** Opening Records provided block **

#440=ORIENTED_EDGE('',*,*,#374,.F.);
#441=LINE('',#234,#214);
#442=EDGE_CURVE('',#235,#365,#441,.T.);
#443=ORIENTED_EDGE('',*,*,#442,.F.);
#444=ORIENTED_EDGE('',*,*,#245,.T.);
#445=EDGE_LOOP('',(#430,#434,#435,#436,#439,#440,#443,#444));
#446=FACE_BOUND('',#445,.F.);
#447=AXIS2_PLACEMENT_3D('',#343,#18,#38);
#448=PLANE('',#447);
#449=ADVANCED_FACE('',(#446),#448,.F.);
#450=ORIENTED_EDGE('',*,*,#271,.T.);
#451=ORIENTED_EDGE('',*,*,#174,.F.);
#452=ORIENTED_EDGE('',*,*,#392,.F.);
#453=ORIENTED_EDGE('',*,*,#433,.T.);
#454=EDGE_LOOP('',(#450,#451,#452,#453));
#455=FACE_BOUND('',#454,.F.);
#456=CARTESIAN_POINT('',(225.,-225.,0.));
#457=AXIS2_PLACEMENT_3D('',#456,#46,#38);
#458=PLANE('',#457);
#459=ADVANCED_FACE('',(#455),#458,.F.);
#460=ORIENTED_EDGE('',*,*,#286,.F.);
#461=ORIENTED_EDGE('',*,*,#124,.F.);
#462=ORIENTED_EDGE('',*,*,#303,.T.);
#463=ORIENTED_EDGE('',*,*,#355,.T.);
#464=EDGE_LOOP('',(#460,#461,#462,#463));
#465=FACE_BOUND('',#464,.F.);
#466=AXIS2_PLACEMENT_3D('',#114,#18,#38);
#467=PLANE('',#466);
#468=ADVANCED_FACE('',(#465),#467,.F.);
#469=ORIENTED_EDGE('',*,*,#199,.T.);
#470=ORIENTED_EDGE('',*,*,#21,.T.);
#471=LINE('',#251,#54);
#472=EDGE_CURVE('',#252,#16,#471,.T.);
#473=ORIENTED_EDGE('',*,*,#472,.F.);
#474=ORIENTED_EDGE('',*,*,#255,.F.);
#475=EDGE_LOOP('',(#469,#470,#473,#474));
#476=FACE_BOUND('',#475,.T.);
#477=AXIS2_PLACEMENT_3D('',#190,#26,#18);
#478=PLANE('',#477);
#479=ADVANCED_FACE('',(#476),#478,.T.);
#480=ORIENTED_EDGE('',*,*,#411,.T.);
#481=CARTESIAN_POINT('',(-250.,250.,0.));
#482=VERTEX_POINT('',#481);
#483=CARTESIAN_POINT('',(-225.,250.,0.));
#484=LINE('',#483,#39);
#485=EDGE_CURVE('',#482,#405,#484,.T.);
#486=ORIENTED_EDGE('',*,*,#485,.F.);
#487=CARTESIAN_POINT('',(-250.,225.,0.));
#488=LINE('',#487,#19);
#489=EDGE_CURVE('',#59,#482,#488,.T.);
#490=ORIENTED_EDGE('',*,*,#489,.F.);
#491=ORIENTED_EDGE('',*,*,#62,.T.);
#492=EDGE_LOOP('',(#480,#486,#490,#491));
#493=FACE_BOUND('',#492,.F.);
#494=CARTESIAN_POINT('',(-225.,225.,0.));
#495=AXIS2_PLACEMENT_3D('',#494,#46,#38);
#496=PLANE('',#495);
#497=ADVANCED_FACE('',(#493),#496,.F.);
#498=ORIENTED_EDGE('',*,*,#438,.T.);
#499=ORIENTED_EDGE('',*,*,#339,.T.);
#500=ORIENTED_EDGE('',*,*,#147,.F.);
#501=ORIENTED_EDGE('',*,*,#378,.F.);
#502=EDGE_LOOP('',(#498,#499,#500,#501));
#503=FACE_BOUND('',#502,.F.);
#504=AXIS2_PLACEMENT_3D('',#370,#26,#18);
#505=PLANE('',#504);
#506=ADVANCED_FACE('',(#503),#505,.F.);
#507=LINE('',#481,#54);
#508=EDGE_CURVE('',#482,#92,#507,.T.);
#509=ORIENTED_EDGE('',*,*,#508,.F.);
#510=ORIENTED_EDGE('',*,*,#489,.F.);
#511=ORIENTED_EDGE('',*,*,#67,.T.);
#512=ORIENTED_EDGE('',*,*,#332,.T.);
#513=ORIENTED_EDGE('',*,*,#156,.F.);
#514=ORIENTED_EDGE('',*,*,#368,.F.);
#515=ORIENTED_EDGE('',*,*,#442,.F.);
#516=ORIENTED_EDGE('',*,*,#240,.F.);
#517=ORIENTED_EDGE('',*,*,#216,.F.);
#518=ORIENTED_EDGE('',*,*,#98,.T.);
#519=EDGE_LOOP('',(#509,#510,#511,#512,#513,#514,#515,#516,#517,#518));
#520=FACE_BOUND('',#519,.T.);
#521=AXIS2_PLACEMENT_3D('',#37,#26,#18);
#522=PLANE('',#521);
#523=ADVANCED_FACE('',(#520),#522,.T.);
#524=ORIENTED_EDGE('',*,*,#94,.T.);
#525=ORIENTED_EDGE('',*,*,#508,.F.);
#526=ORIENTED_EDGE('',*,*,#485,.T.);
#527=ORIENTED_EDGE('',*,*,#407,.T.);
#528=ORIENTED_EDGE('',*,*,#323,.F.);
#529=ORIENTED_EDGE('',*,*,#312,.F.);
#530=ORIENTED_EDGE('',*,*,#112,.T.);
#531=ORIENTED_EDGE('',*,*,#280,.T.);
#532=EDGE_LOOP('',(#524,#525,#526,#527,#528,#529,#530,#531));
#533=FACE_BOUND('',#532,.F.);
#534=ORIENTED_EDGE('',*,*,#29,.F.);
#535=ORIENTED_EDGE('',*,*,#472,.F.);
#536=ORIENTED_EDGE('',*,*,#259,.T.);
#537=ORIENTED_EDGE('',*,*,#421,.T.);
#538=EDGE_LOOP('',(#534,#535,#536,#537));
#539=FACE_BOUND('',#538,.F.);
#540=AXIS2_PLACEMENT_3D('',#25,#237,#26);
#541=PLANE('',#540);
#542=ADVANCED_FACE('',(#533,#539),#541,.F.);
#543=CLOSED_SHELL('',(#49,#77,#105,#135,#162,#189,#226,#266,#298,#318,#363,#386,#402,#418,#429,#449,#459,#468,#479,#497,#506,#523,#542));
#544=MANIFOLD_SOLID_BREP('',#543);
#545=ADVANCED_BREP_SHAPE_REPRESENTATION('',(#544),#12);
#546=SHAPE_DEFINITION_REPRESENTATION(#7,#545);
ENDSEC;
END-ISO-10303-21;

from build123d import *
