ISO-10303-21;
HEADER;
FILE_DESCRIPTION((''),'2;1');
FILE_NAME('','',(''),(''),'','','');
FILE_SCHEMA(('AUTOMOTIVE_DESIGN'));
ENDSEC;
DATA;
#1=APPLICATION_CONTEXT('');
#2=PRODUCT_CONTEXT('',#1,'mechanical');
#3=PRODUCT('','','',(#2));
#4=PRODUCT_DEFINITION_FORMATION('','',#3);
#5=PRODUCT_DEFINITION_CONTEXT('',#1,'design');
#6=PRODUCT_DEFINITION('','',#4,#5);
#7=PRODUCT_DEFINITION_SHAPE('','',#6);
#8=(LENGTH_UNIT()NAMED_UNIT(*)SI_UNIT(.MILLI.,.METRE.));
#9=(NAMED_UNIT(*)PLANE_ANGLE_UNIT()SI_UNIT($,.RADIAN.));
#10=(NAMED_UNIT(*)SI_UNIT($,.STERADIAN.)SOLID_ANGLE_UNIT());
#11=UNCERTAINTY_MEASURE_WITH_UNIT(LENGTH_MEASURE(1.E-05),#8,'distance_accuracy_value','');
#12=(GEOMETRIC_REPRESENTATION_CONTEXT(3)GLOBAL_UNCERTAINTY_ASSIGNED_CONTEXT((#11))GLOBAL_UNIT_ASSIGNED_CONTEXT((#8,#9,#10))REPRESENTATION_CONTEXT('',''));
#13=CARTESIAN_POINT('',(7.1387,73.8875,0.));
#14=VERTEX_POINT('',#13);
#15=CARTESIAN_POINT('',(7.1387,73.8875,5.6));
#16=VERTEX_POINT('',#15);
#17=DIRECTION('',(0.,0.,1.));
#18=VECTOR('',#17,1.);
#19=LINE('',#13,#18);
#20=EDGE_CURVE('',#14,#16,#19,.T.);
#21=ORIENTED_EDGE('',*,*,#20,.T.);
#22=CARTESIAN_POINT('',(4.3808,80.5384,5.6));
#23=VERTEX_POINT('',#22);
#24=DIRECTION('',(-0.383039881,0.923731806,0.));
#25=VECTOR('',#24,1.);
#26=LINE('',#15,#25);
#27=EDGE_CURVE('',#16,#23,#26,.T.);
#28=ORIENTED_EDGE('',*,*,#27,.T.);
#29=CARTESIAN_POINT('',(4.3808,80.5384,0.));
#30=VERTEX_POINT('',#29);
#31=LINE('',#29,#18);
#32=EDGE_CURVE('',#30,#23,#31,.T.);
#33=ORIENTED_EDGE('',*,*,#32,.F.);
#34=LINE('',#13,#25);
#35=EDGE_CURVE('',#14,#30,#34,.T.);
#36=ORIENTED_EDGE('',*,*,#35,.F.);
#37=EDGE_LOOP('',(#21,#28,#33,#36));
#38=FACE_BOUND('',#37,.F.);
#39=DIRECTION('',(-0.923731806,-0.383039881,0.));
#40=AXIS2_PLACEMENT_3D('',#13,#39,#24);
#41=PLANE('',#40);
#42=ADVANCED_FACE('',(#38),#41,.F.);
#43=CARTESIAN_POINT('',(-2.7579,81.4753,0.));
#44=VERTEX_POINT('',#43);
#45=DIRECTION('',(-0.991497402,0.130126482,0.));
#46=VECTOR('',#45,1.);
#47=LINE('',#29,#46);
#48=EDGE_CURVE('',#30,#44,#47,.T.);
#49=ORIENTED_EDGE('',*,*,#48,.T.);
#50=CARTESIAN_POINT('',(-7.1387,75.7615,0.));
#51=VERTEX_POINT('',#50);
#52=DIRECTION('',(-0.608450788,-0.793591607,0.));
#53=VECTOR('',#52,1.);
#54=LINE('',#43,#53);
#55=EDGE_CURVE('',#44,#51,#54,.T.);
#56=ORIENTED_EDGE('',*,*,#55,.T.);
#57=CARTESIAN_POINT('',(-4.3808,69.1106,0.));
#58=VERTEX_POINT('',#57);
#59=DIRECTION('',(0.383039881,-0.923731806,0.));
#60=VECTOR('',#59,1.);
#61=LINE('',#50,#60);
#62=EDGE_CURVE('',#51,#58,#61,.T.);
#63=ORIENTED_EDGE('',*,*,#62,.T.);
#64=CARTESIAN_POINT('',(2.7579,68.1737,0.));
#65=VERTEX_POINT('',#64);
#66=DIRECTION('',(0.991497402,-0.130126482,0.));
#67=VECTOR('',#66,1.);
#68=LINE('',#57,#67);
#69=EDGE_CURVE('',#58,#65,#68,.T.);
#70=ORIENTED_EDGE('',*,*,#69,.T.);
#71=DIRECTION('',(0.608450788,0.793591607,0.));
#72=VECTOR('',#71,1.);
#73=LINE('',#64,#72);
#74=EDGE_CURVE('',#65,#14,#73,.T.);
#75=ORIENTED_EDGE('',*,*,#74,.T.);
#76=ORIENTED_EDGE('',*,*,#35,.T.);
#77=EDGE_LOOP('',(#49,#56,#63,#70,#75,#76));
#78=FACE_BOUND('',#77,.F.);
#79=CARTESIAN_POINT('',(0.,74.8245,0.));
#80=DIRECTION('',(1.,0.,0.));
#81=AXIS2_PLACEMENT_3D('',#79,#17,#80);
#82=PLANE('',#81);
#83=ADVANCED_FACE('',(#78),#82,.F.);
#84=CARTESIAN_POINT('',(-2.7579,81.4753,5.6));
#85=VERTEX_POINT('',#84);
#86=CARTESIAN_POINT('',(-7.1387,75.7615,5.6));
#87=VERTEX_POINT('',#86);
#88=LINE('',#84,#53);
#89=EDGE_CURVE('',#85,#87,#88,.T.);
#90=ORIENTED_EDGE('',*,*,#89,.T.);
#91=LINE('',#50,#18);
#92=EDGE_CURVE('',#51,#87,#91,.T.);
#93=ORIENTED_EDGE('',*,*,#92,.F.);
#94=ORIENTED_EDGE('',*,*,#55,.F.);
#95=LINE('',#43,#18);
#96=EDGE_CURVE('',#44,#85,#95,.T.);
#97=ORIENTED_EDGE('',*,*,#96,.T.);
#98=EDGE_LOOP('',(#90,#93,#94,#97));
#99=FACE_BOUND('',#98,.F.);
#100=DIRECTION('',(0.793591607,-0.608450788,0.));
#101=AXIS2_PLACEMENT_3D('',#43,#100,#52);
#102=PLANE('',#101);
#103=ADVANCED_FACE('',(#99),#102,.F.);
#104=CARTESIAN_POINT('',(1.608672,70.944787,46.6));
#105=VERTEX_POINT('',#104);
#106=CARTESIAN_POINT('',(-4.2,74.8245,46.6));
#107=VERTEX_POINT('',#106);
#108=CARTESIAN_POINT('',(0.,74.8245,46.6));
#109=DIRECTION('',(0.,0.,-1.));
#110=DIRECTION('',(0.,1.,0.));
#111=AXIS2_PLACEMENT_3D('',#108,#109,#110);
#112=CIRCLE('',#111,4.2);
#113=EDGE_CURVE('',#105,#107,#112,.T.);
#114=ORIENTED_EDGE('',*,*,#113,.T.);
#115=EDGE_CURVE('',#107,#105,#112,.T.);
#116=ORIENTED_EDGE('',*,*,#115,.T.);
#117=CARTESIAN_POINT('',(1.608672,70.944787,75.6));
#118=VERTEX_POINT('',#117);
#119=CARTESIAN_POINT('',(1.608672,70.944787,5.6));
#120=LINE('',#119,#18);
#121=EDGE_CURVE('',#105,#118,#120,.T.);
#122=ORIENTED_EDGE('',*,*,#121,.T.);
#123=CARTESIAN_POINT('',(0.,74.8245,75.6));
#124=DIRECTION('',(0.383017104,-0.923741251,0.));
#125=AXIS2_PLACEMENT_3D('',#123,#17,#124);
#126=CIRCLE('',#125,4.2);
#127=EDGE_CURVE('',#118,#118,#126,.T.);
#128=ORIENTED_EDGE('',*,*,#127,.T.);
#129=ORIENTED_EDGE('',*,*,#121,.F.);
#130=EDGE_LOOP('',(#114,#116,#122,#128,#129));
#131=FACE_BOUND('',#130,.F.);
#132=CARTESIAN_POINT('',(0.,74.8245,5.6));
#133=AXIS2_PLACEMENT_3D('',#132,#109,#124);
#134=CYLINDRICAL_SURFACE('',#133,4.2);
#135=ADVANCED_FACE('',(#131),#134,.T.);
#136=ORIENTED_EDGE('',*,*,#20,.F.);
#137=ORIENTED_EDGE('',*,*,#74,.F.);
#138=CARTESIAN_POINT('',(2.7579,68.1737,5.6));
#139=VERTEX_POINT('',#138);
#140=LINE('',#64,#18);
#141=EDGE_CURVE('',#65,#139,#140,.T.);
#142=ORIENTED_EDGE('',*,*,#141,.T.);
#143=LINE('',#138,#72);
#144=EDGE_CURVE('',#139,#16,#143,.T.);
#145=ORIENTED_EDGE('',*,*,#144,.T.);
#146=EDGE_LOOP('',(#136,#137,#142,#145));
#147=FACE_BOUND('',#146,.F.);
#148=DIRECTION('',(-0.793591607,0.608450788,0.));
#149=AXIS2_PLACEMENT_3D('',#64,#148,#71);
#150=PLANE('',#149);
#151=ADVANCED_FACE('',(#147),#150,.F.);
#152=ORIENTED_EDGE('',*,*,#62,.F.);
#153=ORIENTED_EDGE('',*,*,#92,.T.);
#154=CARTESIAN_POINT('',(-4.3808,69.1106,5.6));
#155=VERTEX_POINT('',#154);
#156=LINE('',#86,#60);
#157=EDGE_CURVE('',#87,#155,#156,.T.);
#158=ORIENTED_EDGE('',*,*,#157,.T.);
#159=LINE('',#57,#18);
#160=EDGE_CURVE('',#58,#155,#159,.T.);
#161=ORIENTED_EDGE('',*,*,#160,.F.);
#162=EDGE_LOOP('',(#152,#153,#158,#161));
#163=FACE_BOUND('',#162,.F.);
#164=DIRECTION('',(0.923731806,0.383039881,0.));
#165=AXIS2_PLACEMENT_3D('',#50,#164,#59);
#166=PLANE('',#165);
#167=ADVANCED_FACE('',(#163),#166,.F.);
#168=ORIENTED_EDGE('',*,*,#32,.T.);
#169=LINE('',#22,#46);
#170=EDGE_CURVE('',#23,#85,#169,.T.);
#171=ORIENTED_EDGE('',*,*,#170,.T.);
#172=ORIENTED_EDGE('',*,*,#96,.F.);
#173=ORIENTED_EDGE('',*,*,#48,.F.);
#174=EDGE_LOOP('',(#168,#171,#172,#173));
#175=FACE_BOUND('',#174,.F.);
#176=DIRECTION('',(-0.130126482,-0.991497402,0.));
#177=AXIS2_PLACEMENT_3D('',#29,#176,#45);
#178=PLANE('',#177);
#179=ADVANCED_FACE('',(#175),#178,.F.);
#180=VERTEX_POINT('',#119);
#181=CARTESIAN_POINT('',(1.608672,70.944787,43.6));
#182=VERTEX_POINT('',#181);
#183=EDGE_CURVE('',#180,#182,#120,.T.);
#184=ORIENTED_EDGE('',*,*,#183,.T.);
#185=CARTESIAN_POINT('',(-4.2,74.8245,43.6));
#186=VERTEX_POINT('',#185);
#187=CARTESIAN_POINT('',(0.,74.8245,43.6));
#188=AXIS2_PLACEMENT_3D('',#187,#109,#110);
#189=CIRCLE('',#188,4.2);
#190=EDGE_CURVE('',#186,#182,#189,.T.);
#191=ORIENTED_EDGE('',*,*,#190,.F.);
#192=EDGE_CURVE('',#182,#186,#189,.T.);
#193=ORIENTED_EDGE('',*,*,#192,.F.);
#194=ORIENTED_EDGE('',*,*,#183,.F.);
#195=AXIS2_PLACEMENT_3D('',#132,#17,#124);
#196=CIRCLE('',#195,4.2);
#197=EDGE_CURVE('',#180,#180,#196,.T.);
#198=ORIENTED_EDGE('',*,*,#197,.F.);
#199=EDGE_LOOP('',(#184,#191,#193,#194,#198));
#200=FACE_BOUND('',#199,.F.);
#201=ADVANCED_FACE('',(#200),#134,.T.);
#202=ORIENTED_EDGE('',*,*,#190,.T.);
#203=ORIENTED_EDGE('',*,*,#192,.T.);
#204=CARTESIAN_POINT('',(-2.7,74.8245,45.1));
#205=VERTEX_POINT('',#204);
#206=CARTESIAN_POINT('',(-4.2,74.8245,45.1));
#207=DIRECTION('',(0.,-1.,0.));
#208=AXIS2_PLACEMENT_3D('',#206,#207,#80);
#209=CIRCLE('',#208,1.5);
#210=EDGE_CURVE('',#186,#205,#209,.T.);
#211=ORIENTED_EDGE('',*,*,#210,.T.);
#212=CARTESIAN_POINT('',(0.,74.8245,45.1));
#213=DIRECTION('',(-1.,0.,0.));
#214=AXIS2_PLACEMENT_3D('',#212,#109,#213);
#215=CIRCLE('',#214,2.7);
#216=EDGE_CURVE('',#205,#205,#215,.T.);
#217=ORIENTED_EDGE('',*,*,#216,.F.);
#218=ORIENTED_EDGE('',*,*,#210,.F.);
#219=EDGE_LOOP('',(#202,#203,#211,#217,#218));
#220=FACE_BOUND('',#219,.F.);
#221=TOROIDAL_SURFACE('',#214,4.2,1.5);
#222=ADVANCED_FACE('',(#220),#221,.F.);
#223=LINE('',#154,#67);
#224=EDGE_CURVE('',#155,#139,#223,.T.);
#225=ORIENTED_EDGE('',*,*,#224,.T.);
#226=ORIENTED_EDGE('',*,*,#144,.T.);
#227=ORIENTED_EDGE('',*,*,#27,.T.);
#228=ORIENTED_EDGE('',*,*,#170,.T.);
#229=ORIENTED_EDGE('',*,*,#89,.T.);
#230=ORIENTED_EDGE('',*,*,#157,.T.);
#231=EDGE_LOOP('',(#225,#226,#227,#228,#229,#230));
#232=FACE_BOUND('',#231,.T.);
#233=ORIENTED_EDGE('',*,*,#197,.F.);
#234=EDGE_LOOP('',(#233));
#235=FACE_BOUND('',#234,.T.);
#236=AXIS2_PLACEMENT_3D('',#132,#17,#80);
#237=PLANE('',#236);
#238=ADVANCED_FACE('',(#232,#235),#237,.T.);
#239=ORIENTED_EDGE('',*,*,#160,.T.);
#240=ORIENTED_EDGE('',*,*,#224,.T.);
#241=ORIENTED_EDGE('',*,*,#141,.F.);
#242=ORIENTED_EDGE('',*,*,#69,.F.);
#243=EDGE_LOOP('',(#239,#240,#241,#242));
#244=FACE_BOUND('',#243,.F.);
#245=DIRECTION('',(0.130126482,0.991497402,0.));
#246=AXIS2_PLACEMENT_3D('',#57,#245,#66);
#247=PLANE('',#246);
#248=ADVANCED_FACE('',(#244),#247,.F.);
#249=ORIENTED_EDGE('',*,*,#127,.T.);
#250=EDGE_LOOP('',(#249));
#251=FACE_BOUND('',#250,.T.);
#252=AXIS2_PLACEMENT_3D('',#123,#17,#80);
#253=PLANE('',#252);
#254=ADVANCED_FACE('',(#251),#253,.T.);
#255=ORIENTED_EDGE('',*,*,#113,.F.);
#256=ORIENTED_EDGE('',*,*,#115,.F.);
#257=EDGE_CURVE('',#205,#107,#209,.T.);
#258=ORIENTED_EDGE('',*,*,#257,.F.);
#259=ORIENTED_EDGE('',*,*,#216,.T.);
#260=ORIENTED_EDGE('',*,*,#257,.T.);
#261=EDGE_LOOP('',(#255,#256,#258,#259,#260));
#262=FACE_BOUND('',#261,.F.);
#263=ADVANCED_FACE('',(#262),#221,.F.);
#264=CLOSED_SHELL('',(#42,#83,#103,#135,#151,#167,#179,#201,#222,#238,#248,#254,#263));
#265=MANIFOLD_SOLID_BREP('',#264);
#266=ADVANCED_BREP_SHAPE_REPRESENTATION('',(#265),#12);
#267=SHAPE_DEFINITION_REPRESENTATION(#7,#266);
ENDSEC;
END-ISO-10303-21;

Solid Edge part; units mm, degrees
sketch "Sketch1" plane through (0, 0, 0) normal (0, 0, 1) x (1, 0, 0)
  line L0 (-2.7579, 81.4753) -> (-7.1387, 75.7615)
  line L1 (-7.1387, 75.7615) -> (-4.3808, 69.1106)
  line L2 (-4.3808, 69.1106) -> (2.7579, 68.1737)
  line L3 (2.7579, 68.1737) -> (7.1387, 73.8875)
  line L4 (7.1387, 73.8875) -> (4.3808, 80.5384)
  line L5 (4.3808, 80.5384) -> (-2.7579, 81.4753)
extrude "Protrusion1" add sketch "Sketch1" along normal up to vertex (5.6 mm away)
sketch "Sketch2" plane through (0, 74.8245, 5.6) normal (0, 0, 1) x (0.383, -0.9237, 0)
  circle A0 centre (0, 0) radius 4.2
extrude "Protrusion2" add sketch "Sketch2" along normal blind 70
sketch "Sketch3" plane through (0, 74.8245, 0) normal (0, -1, 0) x (1, 0, 0)
  circle A0 centre (-4.2, 45.1) radius 1.5
  dimension "D1" = 30.5
revolve "RevolvedCutout1" cut sketch "Sketch3" angle 360 about axis through (0, 74.8245, 54) along (0, 0, -1)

** Closing Records provided block **

**Your goal:** Repeat the entries above exactly, from the first line through the line containing "#457=AXIS2_PLACEMENT_3D('',#456,#46,#38);".

**Answer to this task:**
#440=ORIENTED_EDGE('',*,*,#374,.F.);
#441=LINE('',#234,#214);
#442=EDGE_CURVE('',#235,#365,#441,.T.);
#443=ORIENTED_EDGE('',*,*,#442,.F.);
#444=ORIENTED_EDGE('',*,*,#245,.T.);
#445=EDGE_LOOP('',(#430,#434,#435,#436,#439,#440,#443,#444));
#446=FACE_BOUND('',#445,.F.);
#447=AXIS2_PLACEMENT_3D('',#343,#18,#38);
#448=PLANE('',#447);
#449=ADVANCED_FACE('',(#446),#448,.F.);
#450=ORIENTED_EDGE('',*,*,#271,.T.);
#451=ORIENTED_EDGE('',*,*,#174,.F.);
#452=ORIENTED_EDGE('',*,*,#392,.F.);
#453=ORIENTED_EDGE('',*,*,#433,.T.);
#454=EDGE_LOOP('',(#450,#451,#452,#453));
#455=FACE_BOUND('',#454,.F.);
#456=CARTESIAN_POINT('',(225.,-225.,0.));
#457=AXIS2_PLACEMENT_3D('',#456,#46,#38);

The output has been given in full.